Thank you home hardware for aquarium safe silicone products


----------



## Diztrbd1 (Apr 21, 2010)

I usually do a 1/4 bead and press it in with my finger ....there is a couple good informative links/articles here for resealing tanks:
http://www.bcaquaria.com/forum/diy-area-18/aquarium-help-resealing-27543/#post223366

If that is a pic of yours , then I'd say looks like it's ready for silicone.
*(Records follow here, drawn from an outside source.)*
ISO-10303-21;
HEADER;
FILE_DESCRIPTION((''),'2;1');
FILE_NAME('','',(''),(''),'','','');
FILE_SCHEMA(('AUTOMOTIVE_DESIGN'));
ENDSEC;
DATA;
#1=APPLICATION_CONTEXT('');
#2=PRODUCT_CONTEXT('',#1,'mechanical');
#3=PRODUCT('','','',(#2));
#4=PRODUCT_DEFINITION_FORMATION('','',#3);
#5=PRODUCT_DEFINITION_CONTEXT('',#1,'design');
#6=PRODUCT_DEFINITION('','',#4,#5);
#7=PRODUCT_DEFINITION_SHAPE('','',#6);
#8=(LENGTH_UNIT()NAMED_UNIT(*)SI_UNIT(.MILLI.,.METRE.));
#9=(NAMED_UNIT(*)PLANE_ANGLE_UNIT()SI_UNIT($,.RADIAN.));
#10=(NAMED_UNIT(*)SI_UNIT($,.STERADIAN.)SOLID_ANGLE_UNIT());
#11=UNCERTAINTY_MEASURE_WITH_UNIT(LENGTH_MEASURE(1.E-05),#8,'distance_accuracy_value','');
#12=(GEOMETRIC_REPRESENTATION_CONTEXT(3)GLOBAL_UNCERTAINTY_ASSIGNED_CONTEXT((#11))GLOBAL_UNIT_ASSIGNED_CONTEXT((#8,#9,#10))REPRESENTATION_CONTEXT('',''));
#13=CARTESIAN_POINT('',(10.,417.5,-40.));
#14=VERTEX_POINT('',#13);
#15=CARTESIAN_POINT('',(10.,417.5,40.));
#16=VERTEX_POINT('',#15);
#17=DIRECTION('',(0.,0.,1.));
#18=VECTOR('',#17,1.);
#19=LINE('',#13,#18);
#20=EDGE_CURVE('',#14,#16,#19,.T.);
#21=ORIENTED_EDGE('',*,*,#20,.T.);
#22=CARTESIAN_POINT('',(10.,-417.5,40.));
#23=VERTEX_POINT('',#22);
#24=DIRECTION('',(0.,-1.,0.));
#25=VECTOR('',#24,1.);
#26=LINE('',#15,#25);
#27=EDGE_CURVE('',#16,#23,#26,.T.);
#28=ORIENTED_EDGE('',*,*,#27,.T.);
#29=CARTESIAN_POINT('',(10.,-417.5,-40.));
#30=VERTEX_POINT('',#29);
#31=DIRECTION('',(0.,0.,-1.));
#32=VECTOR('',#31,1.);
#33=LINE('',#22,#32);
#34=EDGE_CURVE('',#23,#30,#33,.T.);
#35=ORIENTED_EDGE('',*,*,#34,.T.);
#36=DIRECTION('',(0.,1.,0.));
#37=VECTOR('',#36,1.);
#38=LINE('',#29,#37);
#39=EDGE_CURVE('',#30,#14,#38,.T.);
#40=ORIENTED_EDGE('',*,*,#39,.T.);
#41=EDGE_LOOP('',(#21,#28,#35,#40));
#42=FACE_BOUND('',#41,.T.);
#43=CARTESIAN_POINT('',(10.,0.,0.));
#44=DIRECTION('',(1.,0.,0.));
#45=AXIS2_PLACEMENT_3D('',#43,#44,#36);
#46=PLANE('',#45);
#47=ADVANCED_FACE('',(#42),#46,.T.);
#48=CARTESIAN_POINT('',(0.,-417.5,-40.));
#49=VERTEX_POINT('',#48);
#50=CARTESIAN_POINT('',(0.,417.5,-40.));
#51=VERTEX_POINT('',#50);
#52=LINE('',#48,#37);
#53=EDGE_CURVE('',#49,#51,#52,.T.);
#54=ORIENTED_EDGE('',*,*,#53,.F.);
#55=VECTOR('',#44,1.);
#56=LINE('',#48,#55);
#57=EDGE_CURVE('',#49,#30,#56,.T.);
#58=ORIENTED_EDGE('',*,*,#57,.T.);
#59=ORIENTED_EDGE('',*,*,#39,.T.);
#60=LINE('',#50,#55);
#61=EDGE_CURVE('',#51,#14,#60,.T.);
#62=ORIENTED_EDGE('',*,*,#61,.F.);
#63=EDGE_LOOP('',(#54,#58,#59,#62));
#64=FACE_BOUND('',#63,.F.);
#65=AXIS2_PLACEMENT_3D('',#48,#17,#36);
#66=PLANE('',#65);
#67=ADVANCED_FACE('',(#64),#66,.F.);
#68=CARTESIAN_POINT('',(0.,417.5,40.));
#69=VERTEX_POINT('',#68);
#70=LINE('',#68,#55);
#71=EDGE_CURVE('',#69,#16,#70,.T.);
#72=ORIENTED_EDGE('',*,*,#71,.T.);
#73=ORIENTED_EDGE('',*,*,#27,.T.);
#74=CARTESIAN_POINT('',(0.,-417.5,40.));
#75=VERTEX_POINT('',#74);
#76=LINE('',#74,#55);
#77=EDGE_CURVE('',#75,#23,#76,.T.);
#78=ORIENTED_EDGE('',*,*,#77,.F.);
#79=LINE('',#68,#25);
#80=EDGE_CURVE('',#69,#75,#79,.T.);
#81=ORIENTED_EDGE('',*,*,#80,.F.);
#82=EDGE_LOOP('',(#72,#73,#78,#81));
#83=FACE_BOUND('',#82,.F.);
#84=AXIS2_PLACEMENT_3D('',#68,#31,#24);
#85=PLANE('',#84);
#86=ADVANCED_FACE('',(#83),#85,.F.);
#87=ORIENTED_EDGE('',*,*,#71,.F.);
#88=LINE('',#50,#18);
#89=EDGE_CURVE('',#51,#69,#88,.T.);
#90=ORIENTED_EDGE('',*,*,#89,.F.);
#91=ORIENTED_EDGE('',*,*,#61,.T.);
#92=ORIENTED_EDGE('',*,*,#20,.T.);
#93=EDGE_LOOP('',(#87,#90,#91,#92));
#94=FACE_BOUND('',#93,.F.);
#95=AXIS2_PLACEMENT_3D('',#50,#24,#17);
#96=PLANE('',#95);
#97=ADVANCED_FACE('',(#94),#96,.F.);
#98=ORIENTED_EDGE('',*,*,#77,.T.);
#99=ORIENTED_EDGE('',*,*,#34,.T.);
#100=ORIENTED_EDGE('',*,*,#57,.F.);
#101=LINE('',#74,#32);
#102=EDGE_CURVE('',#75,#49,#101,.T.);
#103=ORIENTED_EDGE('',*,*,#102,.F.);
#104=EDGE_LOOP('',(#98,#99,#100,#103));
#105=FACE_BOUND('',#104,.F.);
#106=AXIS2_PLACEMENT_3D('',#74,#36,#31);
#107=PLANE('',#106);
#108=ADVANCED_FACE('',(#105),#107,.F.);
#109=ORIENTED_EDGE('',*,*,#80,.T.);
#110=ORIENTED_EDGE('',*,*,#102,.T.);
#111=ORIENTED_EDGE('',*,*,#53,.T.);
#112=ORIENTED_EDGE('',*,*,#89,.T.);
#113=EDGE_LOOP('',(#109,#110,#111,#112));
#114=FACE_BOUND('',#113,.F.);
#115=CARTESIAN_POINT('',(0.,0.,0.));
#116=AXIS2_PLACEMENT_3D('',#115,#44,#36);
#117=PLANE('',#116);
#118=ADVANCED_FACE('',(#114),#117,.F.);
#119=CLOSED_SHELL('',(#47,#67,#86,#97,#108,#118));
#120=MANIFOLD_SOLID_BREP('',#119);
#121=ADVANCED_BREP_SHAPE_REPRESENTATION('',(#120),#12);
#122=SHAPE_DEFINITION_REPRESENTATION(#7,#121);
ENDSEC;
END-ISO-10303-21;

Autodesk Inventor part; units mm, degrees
ref_plane "YZ Plane" through (0, 0, 0) normal (1, 0, 0) x (0, 1, 0)
ref_plane "XY Plane" through (0, 0, 0) normal (0, 0, 1) x (1, 0, 0)
sketch "Sketch1" plane through (0, 0, 0) normal (1, 0, 0) x (0, 1, 0)
  line L0 (-417.5, -40) -> (417.5, -40)
  line L1 (417.5, -40) -> (417.5, 40)
  line L2 (417.5, 40) -> (-417.5, 40)
  line L3 (-417.5, 40) -> (-417.5, -40)
  line L4 (-417.5, -40) -> (417.5, 40) construction
  line L5 (417.5, -40) -> (-417.5, 40) construction
  point P0 (0, 0)
  dimension "d0" = 835
  dimension "d1" = 80
extrude "Extrusion1" add sketch "Sketch1" along normal blind 10
ref_plane "Work Plane1" through (0, 407.5, 0) normal (0, 1, 0) x (-1, 0, 0)
ref_plane "Work Plane2" through (0, -412.5, 0) normal (0, 1, 0) x (-1, 0, 0)
properties part number "GlassPlate" material "Gold"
And make sure to pull the tape off soon as the silicone is rubbed/pressed in.


----------



## 86propanejane (Feb 7, 2012)

thank you i did it!!!! she sure dries fast like u say i guess filler er up and see if it leaks!!!!


----------



## spit.fire (Jan 3, 2011)

I'd suggest waiting 24hrs after reselling before you put water in it


----------



## kacairns (Apr 10, 2012)

Its best to follow directions of silicone. Some suggest 24 hour waits, others suggest upwards of 48 hours. It also depends on how thick the silicone is as the thicker it is the longer it will take to cure. Filling it up too soon will result in failure, my suggestion would be wait a minimum of 24-48 hours, the longer the better


----------



## 86propanejane (Feb 7, 2012)

no worries guys i still have to paint the stand and whatnot


----------